The Divide-and-Conquer Technique

A tried-and-true method that still produces great results.

I designed my divide-and-conquer technique to minimize complications during phacoemulsification, particularly posterior capsule rupture. The first step is to develop a proper capsulorhexis. Next, the surgeon must perform an excellent hydrocortical cleavage.

I. Howard Fine, MD, of Eugene, Oregon, originated this technique, which requires a flat, spatula-type cannula (I use a 25-gauge) to inject BSS (Alcon Laboratories, Fort Worth, TX). The key to obtaining the proper cortical cleavage is carefully placing the cannula underneath the anterior capsule, rather than somewhere in the cortical layer, before injecting any fluid.
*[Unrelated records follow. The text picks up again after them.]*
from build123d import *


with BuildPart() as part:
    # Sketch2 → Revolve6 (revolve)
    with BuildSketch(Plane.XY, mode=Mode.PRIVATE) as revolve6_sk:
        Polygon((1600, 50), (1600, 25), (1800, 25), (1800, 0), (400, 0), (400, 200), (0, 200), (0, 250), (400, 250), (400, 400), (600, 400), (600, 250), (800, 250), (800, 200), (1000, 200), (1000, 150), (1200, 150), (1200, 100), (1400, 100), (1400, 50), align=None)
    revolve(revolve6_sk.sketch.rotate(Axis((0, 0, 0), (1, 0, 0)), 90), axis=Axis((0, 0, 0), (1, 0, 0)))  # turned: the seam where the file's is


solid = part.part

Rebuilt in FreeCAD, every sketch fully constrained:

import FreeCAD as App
import Part
import Sketcher
from FreeCAD import Vector
Q = App.Units.Quantity

doc = App.newDocument("Part")
params = doc.addObject("Spreadsheet::Sheet", "Params")
for row, (alias, value) in enumerate([
    ("sketch1_width", "200 mm"),
    ("sketch1_width2", "400 mm"),
    ("sketch1_height", "25 mm"),
    ("sketch1_height2", "150 mm"),
    ("revolution_angle", "360 deg"),
], start=1):
    params.set(f"A{row}", alias)
    params.set(f"B{row}", "=" + value)
    params.setAlias(f"B{row}", alias)

body = doc.addObject("PartDesign::Body", "Body")

sketch1 = body.newObject("Sketcher::SketchObject", "Sketch")
sketch1.AttachmentSupport = (doc.getObject("XY_Plane"), [""])
sketch1.MapMode = "FlatFace"
sketch1.addGeometry(Part.LineSegment(Vector(1600, 25, 0), Vector(1600, 50, 0)), False)
sketch1.addGeometry(Part.LineSegment(Vector(1600, 50, 0), Vector(1400, 50, 0)), False)
sketch1.addGeometry(Part.LineSegment(Vector(1400, 50, 0), Vector(1400, 100, 0)), False)
sketch1.addGeometry(Part.LineSegment(Vector(1400, 100, 0), Vector(1200, 100, 0)), False)
sketch1.addGeometry(Part.LineSegment(Vector(1200, 100, 0), Vector(1200, 150, 0)), False)
sketch1.addGeometry(Part.LineSegment(Vector(1200, 150, 0), Vector(1000, 150, 0)), False)
sketch1.addGeometry(Part.LineSegment(Vector(1000, 150, 0), Vector(1000, 200, 0)), False)
sketch1.addGeometry(Part.LineSegment(Vector(1000, 200, 0), Vector(800, 200, 0)), False)
sketch1.addGeometry(Part.LineSegment(Vector(800, 200, 0), Vector(800, 250, 0)), False)
sketch1.addGeometry(Part.LineSegment(Vector(800, 250, 0), Vector(600, 250, 0)), False)
sketch1.addGeometry(Part.LineSegment(Vector(600, 250, 0), Vector(600, 400, 0)), False)
sketch1.addGeometry(Part.LineSegment(Vector(600, 400, 0), Vector(400, 400, 0)), False)
sketch1.addGeometry(Part.LineSegment(Vector(400, 400, 0), Vector(400, 250, 0)), False)
sketch1.addGeometry(Part.LineSegment(Vector(400, 250, 0), Vector(0, 250, 0)), False)
sketch1.addGeometry(Part.LineSegment(Vector(0, 250, 0), Vector(0, 200, 0)), False)
sketch1.addGeometry(Part.LineSegment(Vector(0, 200, 0), Vector(400, 200, 0)), False)
sketch1.addGeometry(Part.LineSegment(Vector(400, 200, 0), Vector(400, 0, 0)), False)
sketch1.addGeometry(Part.LineSegment(Vector(400, 0, 0), Vector(1800, 0, 0)), False)
sketch1.addGeometry(Part.LineSegment(Vector(1800, 0, 0), Vector(1800, 25, 0)), False)
sketch1.addGeometry(Part.LineSegment(Vector(1800, 25, 0), Vector(1600, 25, 0)), False)
sketch1.addConstraint(Sketcher.Constraint("Coincident", 0, 2, 1, 1))
sketch1.addConstraint(Sketcher.Constraint("Coincident", 1, 2, 2, 1))
sketch1.addConstraint(Sketcher.Constraint("Coincident", 2, 2, 3, 1))
sketch1.addConstraint(Sketcher.Constraint("Coincident", 3, 2, 4, 1))
sketch1.addConstraint(Sketcher.Constraint("Coincident", 4, 2, 5, 1))
sketch1.addConstraint(Sketcher.Constraint("Coincident", 5, 2, 6, 1))
sketch1.addConstraint(Sketcher.Constraint("Coincident", 6, 2, 7, 1))
sketch1.addConstraint(Sketcher.Constraint("Coincident", 7, 2, 8, 1))
sketch1.addConstraint(Sketcher.Constraint("Coincident", 8, 2, 9, 1))
sketch1.addConstraint(Sketcher.Constraint("Coincident", 9, 2, 10, 1))
sketch1.addConstraint(Sketcher.Constraint("Coincident", 10, 2, 11, 1))
sketch1.addConstraint(Sketcher.Constraint("Coincident", 11, 2, 12, 1))
sketch1.addConstraint(Sketcher.Constraint("Coincident", 12, 2, 13, 1))
sketch1.addConstraint(Sketcher.Constraint("Coincident", 13, 2, 14, 1))
sketch1.addConstraint(Sketcher.Constraint("Coincident", 14, 2, 15, 1))
sketch1.addConstraint(Sketcher.Constraint("Coincident", 15, 2, 16, 1))
sketch1.addConstraint(Sketcher.Constraint("Coincident", 16, 2, 17, 1))
sketch1.addConstraint(Sketcher.Constraint("Coincident", 17, 2, 18, 1))
sketch1.addConstraint(Sketcher.Constraint("Coincident", 18, 2, 19, 1))
sketch1.addConstraint(Sketcher.Constraint("Coincident", 19, 2, 0, 1))
sketch1.addConstraint(Sketcher.Constraint("Vertical", 0))
sketch1.addConstraint(Sketcher.Constraint("Horizontal", 1))
sketch1.addConstraint(Sketcher.Constraint("Vertical", 2))
sketch1.addConstraint(Sketcher.Constraint("Horizontal", 3))
sketch1.addConstraint(Sketcher.Constraint("Vertical", 4))
sketch1.addConstraint(Sketcher.Constraint("Horizontal", 5))
sketch1.addConstraint(Sketcher.Constraint("Vertical", 6))
sketch1.addConstraint(Sketcher.Constraint("Horizontal", 7))
sketch1.addConstraint(Sketcher.Constraint("Vertical", 8))
sketch1.addConstraint(Sketcher.Constraint("Horizontal", 9))
sketch1.addConstraint(Sketcher.Constraint("Vertical", 10))
sketch1.addConstraint(Sketcher.Constraint("Horizontal", 11))
sketch1.addConstraint(Sketcher.Constraint("Vertical", 12))
sketch1.addConstraint(Sketcher.Constraint("Horizontal", 13))
sketch1.addConstraint(Sketcher.Constraint("Vertical", 14))
sketch1.addConstraint(Sketcher.Constraint("Horizontal", 15))
sketch1.addConstraint(Sketcher.Constraint("Vertical", 16))
sketch1.addConstraint(Sketcher.Constraint("Horizontal", 17))
sketch1.addConstraint(Sketcher.Constraint("Vertical", 18))
sketch1.addConstraint(Sketcher.Constraint("Horizontal", 19))
sketch1.addConstraint(Sketcher.Constraint("PointOnObject", 13, 2, -2))
sketch1.addConstraint(Sketcher.Constraint("PointOnObject", 16, 2, -1))
sketch1.addConstraint(Sketcher.Constraint("Horizontal", 9, 2, 12, 2))
sketch1.addConstraint(Sketcher.Constraint("Horizontal", 7, 2, 14, 2))
sketch1.addConstraint(Sketcher.Constraint("Vertical", 12, 2, 15, 2))
sketch1.addConstraint(Sketcher.Constraint("Equal", 1, 3))
sketch1.addConstraint(Sketcher.Constraint("Equal", 3, 5))
sketch1.addConstraint(Sketcher.Constraint("Equal", 5, 7))
sketch1.addConstraint(Sketcher.Constraint("Equal", 7, 9))
sketch1.addConstraint(Sketcher.Constraint("Equal", 9, 11))
sketch1.addConstraint(Sketcher.Constraint("Equal", 11, 19))
sketch1.addConstraint(Sketcher.Constraint("Equal", 2, 4))
sketch1.addConstraint(Sketcher.Constraint("Equal", 4, 6))
sketch1.addConstraint(Sketcher.Constraint("Equal", 6, 8))
sketch1.addConstraint(Sketcher.Constraint("Equal", 19, 16))
sketch1.addConstraint(Sketcher.Constraint("Equal", 0, 18))
sketch1.addConstraint(Sketcher.Constraint("DistanceX", 1, 2, 1, 1, Q("200 mm")))
sketch1.addConstraint(Sketcher.Constraint("DistanceX", 13, 2, 13, 1, Q("400 mm")))
sketch1.addConstraint(Sketcher.Constraint("DistanceY", 0, 1, 0, 2, Q("25 mm")))
sketch1.addConstraint(Sketcher.Constraint("DistanceY", 10, 1, 10, 2, Q("150 mm")))
sketch1.setExpression("Constraints[56]", "Params.sketch1_width")
sketch1.setExpression("Constraints[57]", "Params.sketch1_width2")
sketch1.setExpression("Constraints[58]", "Params.sketch1_height")
sketch1.setExpression("Constraints[59]", "Params.sketch1_height2")
revolution = body.newObject("PartDesign::Revolution", "Revolution")
revolution.Profile = sketch1
revolution.ReferenceAxis = (sketch1, ["H_Axis"])
revolution.setExpression("Angle", "Params.revolution_angle")

doc.recompute()
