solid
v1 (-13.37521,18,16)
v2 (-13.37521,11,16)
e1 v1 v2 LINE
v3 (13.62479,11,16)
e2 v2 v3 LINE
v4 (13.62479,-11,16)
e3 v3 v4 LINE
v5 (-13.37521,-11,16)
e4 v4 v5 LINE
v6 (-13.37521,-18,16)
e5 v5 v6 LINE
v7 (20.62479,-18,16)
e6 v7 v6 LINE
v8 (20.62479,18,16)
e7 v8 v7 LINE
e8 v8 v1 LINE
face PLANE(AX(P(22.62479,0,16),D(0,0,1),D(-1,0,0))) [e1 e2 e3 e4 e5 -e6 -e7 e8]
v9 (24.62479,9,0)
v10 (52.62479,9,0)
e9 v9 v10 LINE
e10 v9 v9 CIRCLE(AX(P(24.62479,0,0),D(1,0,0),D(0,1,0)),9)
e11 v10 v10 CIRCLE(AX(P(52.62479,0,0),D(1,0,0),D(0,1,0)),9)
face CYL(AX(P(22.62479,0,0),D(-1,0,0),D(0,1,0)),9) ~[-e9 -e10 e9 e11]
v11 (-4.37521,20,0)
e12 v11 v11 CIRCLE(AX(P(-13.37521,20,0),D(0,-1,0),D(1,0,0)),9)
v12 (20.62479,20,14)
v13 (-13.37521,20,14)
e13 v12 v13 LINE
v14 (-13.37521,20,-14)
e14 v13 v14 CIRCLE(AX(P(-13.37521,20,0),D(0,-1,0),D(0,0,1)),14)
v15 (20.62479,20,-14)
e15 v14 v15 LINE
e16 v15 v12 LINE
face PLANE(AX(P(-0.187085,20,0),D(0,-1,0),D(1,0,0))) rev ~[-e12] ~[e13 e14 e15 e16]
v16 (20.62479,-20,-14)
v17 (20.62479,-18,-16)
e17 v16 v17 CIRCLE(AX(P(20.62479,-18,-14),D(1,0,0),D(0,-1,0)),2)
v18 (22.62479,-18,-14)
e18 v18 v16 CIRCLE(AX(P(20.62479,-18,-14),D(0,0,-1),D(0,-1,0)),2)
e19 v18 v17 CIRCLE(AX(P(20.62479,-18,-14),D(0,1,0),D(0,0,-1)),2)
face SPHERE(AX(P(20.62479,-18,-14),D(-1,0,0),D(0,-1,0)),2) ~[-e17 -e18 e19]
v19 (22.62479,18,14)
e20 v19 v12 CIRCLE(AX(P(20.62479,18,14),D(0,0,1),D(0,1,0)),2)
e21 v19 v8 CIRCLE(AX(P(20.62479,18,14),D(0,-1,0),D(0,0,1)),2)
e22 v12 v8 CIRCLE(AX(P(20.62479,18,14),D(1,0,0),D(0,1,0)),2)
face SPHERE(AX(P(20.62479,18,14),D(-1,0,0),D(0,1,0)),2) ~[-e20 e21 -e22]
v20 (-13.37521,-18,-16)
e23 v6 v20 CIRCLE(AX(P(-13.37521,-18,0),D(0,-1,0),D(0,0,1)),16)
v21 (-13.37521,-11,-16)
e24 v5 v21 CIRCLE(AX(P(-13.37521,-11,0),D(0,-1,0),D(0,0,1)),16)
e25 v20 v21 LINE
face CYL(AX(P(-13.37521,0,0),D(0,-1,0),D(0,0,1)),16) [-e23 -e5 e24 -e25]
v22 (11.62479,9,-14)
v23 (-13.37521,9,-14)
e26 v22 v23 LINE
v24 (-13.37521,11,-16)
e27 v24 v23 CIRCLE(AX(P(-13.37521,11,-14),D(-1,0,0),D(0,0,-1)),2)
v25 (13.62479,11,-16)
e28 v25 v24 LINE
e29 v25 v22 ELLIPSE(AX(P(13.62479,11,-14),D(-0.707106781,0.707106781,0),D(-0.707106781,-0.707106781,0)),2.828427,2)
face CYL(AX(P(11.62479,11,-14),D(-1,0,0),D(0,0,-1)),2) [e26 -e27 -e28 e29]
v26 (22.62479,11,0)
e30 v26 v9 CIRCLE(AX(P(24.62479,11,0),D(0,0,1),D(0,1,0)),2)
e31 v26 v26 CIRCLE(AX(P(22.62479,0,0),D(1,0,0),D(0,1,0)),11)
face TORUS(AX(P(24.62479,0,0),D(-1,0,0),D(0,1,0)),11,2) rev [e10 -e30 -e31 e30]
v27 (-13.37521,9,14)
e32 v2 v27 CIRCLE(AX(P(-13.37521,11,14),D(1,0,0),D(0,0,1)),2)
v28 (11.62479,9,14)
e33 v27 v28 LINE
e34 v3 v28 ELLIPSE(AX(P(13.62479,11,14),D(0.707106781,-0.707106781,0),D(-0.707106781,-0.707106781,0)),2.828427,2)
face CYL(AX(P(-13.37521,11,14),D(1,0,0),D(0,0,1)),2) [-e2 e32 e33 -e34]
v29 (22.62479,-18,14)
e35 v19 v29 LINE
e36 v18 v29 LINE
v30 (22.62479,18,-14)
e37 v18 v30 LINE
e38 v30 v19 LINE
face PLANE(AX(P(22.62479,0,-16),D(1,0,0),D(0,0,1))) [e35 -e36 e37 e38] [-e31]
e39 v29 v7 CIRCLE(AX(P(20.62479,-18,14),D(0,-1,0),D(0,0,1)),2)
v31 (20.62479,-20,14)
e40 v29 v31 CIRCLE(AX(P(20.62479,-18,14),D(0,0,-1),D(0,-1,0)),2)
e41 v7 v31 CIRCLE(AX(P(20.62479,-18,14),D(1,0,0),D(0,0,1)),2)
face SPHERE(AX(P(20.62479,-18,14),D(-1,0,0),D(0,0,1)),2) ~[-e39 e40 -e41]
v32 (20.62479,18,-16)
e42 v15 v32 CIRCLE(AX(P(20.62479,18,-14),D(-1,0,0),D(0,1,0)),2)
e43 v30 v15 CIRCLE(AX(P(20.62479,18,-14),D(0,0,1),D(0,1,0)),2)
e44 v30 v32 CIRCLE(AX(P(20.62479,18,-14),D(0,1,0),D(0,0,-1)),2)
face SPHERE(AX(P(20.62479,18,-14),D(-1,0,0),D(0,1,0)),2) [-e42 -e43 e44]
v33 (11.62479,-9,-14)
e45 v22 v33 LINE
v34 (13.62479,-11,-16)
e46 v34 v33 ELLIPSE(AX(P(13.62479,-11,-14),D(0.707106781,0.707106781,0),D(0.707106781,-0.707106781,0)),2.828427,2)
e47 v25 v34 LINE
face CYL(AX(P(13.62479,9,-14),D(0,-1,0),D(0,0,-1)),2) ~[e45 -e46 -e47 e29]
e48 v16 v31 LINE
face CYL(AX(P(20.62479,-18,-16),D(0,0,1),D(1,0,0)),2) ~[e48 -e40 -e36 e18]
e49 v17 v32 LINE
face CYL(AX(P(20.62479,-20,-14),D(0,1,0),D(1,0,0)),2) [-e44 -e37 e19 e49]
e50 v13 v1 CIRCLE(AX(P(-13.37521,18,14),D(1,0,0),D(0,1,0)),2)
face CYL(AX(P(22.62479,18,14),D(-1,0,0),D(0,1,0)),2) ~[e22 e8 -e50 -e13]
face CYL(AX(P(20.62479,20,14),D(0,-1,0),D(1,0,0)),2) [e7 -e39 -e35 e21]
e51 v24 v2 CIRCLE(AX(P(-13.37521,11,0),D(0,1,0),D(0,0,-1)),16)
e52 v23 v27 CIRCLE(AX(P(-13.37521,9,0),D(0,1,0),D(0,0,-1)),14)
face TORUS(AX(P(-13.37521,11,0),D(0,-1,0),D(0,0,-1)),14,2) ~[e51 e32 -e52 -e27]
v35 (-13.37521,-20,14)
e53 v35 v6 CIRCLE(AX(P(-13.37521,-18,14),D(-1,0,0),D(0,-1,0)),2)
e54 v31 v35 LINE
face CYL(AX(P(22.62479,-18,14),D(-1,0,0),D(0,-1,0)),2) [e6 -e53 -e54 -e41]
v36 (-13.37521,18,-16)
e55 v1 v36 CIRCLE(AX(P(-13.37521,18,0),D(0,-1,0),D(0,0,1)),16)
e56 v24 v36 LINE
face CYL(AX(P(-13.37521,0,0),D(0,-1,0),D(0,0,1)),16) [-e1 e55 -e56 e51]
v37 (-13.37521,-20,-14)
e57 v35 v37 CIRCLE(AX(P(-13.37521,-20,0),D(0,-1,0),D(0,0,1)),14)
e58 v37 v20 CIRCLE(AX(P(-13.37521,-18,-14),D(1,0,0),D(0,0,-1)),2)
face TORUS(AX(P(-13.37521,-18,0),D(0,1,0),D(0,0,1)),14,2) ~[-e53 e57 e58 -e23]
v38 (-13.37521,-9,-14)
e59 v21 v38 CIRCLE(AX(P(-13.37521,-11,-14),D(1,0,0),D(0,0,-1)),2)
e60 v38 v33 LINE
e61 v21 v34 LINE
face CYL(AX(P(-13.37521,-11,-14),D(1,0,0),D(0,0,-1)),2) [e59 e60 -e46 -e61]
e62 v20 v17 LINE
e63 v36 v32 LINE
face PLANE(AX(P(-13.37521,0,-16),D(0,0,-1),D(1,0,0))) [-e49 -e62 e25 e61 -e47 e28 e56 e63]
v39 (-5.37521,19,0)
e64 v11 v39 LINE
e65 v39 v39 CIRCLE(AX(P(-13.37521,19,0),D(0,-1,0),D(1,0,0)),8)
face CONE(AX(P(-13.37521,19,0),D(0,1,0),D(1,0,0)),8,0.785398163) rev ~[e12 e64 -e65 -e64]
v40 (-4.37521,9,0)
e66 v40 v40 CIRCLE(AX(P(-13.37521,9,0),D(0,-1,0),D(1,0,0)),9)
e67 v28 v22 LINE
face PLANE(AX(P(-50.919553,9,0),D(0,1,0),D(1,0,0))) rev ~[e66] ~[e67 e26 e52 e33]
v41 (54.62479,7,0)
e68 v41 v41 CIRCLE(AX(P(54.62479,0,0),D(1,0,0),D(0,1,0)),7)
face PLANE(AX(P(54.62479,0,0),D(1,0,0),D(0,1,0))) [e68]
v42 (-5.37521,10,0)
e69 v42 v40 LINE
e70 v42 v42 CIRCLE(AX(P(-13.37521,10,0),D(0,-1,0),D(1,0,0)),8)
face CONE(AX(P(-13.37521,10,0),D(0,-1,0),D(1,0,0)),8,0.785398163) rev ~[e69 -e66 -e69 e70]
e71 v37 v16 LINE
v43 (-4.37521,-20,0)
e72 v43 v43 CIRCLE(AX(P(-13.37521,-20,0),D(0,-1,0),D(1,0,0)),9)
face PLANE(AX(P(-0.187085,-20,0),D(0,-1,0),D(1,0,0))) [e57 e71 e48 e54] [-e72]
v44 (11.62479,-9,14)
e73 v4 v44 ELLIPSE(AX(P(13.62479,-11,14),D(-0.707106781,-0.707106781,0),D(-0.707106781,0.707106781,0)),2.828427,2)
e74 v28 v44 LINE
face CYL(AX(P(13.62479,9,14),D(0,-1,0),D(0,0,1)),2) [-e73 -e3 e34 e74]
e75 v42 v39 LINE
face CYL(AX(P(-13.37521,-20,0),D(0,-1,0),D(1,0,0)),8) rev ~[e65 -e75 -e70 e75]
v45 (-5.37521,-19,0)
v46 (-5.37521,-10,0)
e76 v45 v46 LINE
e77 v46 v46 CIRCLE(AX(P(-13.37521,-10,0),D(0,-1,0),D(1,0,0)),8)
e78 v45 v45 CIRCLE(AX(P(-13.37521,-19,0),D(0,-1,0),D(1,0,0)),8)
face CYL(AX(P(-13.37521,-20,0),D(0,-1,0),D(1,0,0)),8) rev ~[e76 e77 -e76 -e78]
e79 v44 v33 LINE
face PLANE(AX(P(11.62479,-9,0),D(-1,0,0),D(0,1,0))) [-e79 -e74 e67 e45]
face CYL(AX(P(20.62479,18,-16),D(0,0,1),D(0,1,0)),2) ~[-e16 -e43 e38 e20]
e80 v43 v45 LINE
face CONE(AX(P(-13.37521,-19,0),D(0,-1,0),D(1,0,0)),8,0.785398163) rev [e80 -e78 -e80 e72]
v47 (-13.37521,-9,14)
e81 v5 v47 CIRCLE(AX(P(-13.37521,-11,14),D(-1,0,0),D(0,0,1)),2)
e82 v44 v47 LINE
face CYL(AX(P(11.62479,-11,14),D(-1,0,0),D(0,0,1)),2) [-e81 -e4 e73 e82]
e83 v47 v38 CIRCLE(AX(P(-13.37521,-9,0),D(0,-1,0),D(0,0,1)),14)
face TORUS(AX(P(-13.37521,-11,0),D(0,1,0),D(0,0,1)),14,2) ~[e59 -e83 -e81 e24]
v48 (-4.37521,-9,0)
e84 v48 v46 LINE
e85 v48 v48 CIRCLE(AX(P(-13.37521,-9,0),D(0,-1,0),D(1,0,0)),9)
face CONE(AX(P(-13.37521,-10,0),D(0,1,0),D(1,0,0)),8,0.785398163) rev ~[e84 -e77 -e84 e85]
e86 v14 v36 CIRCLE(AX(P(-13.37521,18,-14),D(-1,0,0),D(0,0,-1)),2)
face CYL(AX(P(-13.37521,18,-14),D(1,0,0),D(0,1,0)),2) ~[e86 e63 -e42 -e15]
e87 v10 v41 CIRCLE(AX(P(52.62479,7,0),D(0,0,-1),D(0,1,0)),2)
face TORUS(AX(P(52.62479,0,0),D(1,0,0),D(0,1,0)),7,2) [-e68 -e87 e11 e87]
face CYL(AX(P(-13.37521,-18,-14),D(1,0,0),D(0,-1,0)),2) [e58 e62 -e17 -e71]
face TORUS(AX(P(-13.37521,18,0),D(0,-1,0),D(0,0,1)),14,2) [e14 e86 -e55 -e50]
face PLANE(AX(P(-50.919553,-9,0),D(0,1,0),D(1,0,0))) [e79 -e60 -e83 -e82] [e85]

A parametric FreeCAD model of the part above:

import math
import FreeCAD as App
import Part
import Sketcher

V = App.Vector
Q = App.Units.Quantity


def edges_at(feature, points):
    """Names of the edges that pass closest to the given points."""
    edges = feature.Shape.Edges
    near = lambda p: min(range(len(edges)), key=lambda i: edges[i].distToShape(Part.Vertex(*p))[0])
    return sorted({f"Edge{near(p) + 1}" for p in points})


def add_polygon(sketch, points):
    """Adds a closed chain of lines whose ends are joined by coincident constraints."""
    first, n = sketch.GeometryCount, len(points)
    for a, b in zip(points, points[1:] + points[:1]):
        sketch.addGeometry(Part.LineSegment(App.Vector(*a, 0), App.Vector(*b, 0)), False)
    for i in range(n):
        sketch.addConstraint(Sketcher.Constraint("Coincident", first + i, 2, first + (i + 1) % n, 1))

doc = App.newDocument("Part")
params = doc.addObject("Spreadsheet::Sheet", "Params")
for row, (alias, value) in enumerate([
    ("sketch1_radius", "16 mm"),
    ("sketch1_width", "36 mm"),
    ("pad1_length", "20 mm"),
    ("pad1_length2", "20 mm"),
    ("sketch2_diameter", "16 mm"),
    ("sketch3_height", "18 mm"),
    ("sketch4_diameter", "18 mm"),
    ("pad2_length", "32 mm"),
    ("chamfer_size", "1 mm"),
    ("fillet_radius", "2 mm"),
], start=1):
    params.set(f"A{row}", alias)
    params.set(f"B{row}", "=" + value)
    params.setAlias(f"B{row}", alias)

body = doc.addObject("PartDesign::Body", "Body")

sketch1 = body.newObject("Sketcher::SketchObject", "Sketch")
sketch1.AttachmentSupport = (doc.getObject("XZ_Plane"), [""])
sketch1.MapMode = "FlatFace"
sketch1.addGeometry(Part.LineSegment(V(23, -16, 0), V(23, 16, 0)), False)
sketch1.addGeometry(Part.LineSegment(V(23, 16, 0), V(-13, 16, 0)), False)
sketch1.addGeometry(Part.ArcOfCircle(Part.Circle(V(-13, 0, 0), V(0, 0, 1), 16), math.radians(90), math.radians(270)), False)
sketch1.addGeometry(Part.LineSegment(V(-13, -16, 0), V(23, -16, 0)), False)
sketch1.addConstraint(Sketcher.Constraint("Coincident", 0, 2, 1, 1))
sketch1.addConstraint(Sketcher.Constraint("Tangent", 1, 2, 2, 1))
sketch1.addConstraint(Sketcher.Constraint("Tangent", 2, 2, 3, 1))
sketch1.addConstraint(Sketcher.Constraint("Coincident", 3, 2, 0, 1))
sketch1.addConstraint(Sketcher.Constraint("Vertical", 0))
sketch1.addConstraint(Sketcher.Constraint("Horizontal", 1))
sketch1.addConstraint(Sketcher.Constraint("Horizontal", 3))
sketch1.addConstraint(Sketcher.Constraint("PointOnObject", 2, 3, -1))
sketch1.addConstraint(Sketcher.Constraint("Radius", 2, Q("16 mm")))
sketch1.addConstraint(Sketcher.Constraint("DistanceX", 1, 2, 1, 1, Q("36 mm")))
sketch1.addConstraint(Sketcher.Constraint("DistanceX", 2, 3, -1, 1, Q("13.37521 mm")))
sketch1.setExpression("Constraints[8]", "Params.sketch1_radius")
sketch1.setExpression("Constraints[9]", "Params.sketch1_width")
pad1 = body.newObject("PartDesign::Pad", "Pad")
pad1.Profile = sketch1
pad1.Type = "TwoLengths"
pad1.setExpression("Length", "Params.pad1_length")
pad1.setExpression("Length2", "Params.pad1_length2")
Once the cannula is in the proper location, I slowly inject the fluid and wait for what is called a delayed fluid wave. If the surgeon does not see this wave, he should continue injecting fluid, or possibly try another location until he sees the fluid wave. When the wave starts to cross the visual axis, the nucleus will begin to prolapse anteriorly. Before it prolapses out of the capsular bag, I apply downward pressure on the nucleus with the cannula, which causes the fluid wave to continue across the rest of the visual axis, separating the nucleus and cortex from the capsule. I verify this separation by rotating the nucleus with the tip of the cannula to ensure that it is mobile.

The surgeon must make sure that there is I/A present before entering into the phacoemulsification mode; failure to do so could precipitate a thermal injury to the incision. Once I establish that I have I/A, I sculpt the nucleus into perpendicular grooves. I sculpt to a depth of approximately 60% in normal cataracts and about 80% in extremely brunescent cataracts. To judge the sculpting depth, consider that 60% is equal to about 1.5 times the thickness of the phaco tip, and 80% equals about twice the thickness of the phaco tip. I use a Kelman 30&Mac251; Microtip (Alcon Laboratories) and the ABS (aspiration bypass system) attached to the Legacy Phaco Emulsifier System (Alcon Laboratories), and I use the Advantec software (Alcon Laboratories), which allows a linear response at the lower levels of phacoemulsification power.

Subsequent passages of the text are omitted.